# World's Smallest Aspheric Mag.: XPE Solitaire mod #2



## ma_sha1 (Apr 18, 2009)

Due to lack of funding, I just sold & shipped my XPE R2 Soli. 
https://www.candlepowerforums.com/threads/229365

Not even a day have passed, I am missing it already.:mecry: 
Luckly, I still have my option B, so I am out making another one.

The light is pretty much identical to the first XPE Soli. as seen here:
https://www.candlepowerforums.com/threads/228363

except that the emitter here is XPE Q5. 







To make the Aspehric head, I started with DX 20mm Aspehric lens (Left)
& trim it down to fit the Solitaire head (Right). The lens after trimming has a neck & simply "plug in" to the head/bezel of solitaire. The factory rubber O ring was used to seal the Aspehric lens from the bezel. 
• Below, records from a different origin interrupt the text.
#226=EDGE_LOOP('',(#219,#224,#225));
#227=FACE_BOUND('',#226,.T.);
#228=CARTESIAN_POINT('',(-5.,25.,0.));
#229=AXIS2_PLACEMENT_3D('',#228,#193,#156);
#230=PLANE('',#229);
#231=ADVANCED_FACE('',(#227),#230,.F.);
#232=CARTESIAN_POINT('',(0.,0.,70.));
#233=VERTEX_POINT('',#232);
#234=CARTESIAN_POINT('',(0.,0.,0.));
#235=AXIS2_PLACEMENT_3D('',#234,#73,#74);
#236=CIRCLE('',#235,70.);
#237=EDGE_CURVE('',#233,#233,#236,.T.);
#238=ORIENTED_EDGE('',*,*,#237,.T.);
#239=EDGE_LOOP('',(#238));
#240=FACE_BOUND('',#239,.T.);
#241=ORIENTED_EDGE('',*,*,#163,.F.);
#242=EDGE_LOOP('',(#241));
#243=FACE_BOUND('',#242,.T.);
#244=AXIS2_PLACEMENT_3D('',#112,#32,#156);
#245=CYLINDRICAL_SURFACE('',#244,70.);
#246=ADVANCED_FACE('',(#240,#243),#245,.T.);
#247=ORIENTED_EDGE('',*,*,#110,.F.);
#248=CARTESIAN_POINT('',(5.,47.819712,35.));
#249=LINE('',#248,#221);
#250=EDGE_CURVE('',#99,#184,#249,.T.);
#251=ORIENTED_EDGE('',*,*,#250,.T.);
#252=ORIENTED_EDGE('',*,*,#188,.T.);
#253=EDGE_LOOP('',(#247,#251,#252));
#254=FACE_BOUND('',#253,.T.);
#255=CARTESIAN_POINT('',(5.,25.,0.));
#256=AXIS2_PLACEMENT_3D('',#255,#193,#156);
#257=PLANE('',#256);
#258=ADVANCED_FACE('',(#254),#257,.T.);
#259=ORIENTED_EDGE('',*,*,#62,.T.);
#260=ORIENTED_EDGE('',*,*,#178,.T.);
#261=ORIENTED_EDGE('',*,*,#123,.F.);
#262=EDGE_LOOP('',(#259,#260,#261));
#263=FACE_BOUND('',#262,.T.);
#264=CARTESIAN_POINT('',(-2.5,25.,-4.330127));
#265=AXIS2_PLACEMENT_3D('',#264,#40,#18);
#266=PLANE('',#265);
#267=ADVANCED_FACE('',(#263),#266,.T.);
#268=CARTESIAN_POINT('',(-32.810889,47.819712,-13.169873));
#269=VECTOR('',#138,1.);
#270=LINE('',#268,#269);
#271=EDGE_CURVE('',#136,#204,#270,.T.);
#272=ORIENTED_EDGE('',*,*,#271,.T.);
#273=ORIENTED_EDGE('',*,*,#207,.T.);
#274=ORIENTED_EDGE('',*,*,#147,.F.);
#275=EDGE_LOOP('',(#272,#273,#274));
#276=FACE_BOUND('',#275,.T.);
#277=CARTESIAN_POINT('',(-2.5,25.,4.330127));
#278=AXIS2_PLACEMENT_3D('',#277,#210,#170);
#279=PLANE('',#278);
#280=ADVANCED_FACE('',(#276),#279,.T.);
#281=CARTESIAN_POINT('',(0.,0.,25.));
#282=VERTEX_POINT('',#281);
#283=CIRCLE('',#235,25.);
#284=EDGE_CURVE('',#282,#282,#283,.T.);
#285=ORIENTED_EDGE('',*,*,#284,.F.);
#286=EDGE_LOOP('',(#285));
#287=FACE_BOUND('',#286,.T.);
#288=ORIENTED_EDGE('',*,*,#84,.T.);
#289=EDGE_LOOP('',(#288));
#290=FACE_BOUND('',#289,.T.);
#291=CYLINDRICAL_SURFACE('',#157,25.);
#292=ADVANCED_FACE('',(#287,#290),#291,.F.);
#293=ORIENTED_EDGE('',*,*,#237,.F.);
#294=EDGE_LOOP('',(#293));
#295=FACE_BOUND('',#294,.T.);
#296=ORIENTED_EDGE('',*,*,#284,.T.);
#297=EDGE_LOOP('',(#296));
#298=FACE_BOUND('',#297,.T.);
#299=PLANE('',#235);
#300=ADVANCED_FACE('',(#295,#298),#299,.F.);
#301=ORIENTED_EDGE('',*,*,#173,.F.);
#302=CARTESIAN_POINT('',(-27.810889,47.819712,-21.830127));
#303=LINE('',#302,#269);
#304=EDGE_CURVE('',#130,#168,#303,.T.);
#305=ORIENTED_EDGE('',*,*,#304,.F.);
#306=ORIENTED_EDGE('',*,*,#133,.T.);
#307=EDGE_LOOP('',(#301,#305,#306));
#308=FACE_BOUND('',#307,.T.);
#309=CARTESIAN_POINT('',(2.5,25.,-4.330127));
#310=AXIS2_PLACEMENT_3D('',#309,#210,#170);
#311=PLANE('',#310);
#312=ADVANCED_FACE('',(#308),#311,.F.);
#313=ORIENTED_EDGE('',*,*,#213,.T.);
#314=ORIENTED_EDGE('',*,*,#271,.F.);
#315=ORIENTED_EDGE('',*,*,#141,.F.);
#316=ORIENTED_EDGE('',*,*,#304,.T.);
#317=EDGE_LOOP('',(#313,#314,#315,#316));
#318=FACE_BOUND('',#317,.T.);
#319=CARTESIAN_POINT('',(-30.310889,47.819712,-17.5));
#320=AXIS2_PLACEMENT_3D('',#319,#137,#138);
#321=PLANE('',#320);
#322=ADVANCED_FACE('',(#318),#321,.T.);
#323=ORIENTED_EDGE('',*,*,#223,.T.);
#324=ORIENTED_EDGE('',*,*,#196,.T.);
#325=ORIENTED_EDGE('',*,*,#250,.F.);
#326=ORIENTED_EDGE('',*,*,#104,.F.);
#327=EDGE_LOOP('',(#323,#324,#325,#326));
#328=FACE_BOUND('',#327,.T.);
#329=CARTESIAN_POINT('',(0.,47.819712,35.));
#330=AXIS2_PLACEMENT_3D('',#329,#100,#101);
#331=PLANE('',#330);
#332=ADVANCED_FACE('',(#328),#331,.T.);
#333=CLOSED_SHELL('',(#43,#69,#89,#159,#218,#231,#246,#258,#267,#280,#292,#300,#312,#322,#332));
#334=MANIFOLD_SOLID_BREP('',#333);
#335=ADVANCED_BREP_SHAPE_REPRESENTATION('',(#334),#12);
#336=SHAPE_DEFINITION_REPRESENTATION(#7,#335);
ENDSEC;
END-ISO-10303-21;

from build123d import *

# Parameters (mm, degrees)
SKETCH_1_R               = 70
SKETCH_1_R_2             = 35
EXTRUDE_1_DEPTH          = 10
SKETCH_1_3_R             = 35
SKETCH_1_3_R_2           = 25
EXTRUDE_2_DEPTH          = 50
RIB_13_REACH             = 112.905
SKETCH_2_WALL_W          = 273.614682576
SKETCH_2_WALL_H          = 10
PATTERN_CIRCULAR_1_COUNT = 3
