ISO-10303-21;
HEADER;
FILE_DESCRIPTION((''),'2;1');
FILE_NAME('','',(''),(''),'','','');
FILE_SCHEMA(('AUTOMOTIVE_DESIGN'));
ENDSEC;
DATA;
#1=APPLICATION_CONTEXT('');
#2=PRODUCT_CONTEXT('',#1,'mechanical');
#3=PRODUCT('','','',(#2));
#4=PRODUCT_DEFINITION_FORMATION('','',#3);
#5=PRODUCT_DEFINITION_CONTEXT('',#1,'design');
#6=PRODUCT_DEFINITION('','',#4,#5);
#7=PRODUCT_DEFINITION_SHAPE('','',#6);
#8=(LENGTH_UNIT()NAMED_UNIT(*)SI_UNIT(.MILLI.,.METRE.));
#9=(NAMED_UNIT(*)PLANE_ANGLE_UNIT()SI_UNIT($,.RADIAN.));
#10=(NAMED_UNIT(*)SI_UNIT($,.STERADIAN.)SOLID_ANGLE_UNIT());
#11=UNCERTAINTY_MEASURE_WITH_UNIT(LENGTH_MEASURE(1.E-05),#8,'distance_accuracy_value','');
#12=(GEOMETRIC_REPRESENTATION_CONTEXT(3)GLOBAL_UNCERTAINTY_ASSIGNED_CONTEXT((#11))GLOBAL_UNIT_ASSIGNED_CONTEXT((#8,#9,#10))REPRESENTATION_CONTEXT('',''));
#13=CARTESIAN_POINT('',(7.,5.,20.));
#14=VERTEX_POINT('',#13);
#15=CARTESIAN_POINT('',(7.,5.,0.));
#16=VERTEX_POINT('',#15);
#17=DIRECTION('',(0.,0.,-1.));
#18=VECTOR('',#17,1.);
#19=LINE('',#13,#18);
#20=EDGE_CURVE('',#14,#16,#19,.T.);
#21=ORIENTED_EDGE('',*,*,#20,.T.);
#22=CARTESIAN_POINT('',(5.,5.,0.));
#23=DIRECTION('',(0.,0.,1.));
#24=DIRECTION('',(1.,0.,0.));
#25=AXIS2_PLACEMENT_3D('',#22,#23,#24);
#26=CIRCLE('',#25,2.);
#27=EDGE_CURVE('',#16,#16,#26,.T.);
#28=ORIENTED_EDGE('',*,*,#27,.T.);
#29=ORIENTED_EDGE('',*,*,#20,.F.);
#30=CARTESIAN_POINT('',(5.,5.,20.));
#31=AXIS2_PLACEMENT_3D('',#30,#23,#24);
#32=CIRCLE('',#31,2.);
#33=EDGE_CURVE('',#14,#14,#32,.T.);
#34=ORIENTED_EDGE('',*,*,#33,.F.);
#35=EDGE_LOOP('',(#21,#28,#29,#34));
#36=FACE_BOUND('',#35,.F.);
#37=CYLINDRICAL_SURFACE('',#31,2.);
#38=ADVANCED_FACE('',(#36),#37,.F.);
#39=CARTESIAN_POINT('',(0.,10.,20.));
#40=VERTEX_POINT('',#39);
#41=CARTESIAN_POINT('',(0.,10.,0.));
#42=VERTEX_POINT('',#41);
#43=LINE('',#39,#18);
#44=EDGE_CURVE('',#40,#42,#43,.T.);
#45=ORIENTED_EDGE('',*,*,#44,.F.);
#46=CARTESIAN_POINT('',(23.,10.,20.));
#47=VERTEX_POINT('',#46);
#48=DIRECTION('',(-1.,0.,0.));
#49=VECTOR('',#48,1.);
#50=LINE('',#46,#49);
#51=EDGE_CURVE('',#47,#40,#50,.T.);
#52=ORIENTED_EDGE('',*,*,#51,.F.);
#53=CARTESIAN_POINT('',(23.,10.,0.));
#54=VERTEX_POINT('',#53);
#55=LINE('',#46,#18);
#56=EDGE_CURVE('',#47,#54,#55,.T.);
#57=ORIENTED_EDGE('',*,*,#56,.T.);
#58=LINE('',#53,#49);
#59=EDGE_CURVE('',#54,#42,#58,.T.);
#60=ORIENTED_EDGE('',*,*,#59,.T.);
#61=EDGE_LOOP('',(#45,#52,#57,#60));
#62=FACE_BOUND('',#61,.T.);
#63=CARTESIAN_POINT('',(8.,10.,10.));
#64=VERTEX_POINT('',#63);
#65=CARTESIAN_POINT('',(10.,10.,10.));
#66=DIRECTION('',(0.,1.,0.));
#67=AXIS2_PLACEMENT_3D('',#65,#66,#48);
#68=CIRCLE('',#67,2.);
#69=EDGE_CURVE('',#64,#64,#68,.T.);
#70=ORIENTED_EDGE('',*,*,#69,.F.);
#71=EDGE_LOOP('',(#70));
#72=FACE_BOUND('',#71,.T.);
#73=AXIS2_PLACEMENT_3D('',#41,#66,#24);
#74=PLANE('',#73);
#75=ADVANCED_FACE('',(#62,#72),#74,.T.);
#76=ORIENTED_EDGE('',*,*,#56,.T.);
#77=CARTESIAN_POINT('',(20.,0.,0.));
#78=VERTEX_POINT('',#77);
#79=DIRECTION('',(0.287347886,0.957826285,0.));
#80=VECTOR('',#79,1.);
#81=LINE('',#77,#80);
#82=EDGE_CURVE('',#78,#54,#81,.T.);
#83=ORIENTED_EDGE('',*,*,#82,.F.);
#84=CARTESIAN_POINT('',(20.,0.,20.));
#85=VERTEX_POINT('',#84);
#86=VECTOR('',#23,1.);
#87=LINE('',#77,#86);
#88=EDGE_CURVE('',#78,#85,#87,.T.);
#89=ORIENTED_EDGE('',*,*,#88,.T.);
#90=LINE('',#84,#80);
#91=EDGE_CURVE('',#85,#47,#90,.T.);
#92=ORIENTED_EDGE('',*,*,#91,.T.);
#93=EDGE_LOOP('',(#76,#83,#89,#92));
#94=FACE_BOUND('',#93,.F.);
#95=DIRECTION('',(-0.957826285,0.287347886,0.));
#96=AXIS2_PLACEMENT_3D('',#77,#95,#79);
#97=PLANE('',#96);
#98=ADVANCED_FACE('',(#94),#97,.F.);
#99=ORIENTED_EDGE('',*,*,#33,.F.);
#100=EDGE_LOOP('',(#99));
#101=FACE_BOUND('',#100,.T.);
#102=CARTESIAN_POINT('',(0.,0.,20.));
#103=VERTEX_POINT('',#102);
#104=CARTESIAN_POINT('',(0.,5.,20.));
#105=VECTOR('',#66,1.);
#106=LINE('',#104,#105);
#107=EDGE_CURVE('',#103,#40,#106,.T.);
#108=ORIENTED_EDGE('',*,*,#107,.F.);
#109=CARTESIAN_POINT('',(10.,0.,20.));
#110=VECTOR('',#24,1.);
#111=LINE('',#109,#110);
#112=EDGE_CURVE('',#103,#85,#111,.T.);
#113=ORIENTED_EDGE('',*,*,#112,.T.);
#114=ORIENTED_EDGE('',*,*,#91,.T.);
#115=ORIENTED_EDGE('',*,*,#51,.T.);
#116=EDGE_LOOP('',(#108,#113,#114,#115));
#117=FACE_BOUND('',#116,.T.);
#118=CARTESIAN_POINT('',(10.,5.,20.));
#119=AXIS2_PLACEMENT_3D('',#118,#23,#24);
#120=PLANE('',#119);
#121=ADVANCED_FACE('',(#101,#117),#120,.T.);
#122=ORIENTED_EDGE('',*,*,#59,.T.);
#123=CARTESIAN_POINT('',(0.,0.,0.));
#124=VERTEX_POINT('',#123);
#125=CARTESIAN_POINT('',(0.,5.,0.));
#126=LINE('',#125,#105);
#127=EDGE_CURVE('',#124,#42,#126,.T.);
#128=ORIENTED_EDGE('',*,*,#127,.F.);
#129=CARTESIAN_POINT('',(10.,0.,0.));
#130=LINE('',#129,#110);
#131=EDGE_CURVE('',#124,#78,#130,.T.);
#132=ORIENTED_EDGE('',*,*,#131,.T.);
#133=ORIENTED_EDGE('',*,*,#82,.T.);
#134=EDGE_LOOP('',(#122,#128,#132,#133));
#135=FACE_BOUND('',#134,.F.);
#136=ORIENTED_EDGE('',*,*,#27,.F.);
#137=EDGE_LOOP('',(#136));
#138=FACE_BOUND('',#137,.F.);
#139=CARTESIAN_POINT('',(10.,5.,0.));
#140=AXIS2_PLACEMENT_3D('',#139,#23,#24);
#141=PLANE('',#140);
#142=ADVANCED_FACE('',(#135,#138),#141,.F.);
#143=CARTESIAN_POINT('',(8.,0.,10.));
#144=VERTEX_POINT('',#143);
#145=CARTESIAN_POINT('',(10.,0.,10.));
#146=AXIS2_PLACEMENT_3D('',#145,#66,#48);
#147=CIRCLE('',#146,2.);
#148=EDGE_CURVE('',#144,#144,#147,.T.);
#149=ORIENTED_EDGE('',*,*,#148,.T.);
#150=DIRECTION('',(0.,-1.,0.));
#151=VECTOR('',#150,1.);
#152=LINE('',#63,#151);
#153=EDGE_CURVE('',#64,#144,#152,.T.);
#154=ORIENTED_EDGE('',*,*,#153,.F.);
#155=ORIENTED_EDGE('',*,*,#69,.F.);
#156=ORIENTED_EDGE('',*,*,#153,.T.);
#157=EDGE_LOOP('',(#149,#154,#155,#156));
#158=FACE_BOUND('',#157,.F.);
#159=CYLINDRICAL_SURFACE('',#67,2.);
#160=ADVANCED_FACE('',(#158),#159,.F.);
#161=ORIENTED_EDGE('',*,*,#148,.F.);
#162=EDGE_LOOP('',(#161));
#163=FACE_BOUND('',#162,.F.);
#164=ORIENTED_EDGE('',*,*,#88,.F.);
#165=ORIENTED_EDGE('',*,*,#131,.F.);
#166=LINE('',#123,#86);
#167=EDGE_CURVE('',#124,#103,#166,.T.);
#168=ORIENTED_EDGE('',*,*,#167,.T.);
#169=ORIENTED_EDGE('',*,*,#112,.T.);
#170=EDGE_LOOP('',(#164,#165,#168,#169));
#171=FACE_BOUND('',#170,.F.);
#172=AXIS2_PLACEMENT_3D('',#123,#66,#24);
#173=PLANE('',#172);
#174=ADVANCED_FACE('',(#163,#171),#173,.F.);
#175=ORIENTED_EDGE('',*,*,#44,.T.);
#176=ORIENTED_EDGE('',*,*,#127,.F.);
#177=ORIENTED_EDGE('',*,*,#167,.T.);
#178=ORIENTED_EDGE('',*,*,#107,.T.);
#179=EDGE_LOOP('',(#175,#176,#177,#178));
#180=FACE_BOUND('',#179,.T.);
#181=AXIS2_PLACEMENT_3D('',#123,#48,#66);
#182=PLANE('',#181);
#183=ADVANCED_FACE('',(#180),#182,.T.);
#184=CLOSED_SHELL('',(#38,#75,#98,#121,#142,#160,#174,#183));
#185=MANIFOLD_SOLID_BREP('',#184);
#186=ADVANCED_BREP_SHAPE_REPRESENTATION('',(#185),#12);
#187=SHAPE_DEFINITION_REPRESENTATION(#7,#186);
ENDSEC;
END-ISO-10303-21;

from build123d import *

# Parameters (mm, degrees)
F0_W     = 20
F0_H     = 10
F1_DEPTH = 10
F2_DEPTH = 10
F3_DEPTH = 20
F4_R     = 2
F5_DEPTH = 25
F6_R     = 2
F7_DEPTH = 25


with BuildPart() as f1:
    # F0 (on Top) → F1 (new body)
    with BuildSketch(Plane.XY):
        with Locations((10, 5)):
            Rectangle(F0_W, F0_H)
    extrude(amount=F1_DEPTH)

    # F0 (on Top) → F2 (join)
    with BuildSketch(Plane.XY):
        with Locations((10, 5)):
            Rectangle(F0_W, F0_H)
        Polygon((20, 10), (20, 0), (23, 10), align=None)
    extrude(amount=F2_DEPTH)

    # F0 (on Top) → F3 (join)
    with BuildSketch(Plane.XY):
        with Locations((10, 5)):
            Rectangle(F0_W, F0_H)
        Polygon((20, 10), (20, 0), (23, 10), align=None)
    extrude(amount=F3_DEPTH)

    # F4 (on face) → F5 (cut)
    with BuildSketch(Plane(origin=(0, 10, 0), x_dir=(-1, 0, 0), z_dir=(0, 1, 0))):
        with Locations((-10, 10)):
            Circle(F4_R)
    extrude(amount=-F5_DEPTH, mode=Mode.SUBTRACT)

    # F6 (on face) → F7 (cut)
    with BuildSketch(Plane.XY.offset(20)):
        with Locations((5, 5)):
            Circle(F6_R)
    extrude(amount=-F7_DEPTH, mode=Mode.SUBTRACT)


solid = f1.part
I used my trusty table saw's side edge to trim the spheric lens 
from 20mm down to 10 mm. Don't try this at home :shakehead,
This got to qualify as one of the world's most reckless modding!
Luckly, I still have my 10 fingers:devil: 
Further trimming to create the "neck" was done using a grinder head on drill.






Here is the finished product, world's smallest aspheric Mag. (next to Mag 1C, with TerraLux Tle 1F led drop-in).





*Beam shots.*

Focus Mode: XPE Q5 Aspheric Solitaire on left, mag 1C Led on Right.
the Aspheric Solitaire is much brighter. 






Flood Mode: Very nice & smooth beam!





I can even get a clear Die image, but this requires the head to come off body about 2mm or pull the lens out & use a thick o-ring. 







*Summary.*

Compare to my first XPE R2 soli., This Q5 version is not as bright as the previous R2 version, I don't think the emitter make much of a difference, I think mostly due to the Carlos lens used in the R2 mod sit directly on top of the emitter & collect all the light, but with the Carlos lens, one can not adjust focus or change the beam shape, it is what it is. 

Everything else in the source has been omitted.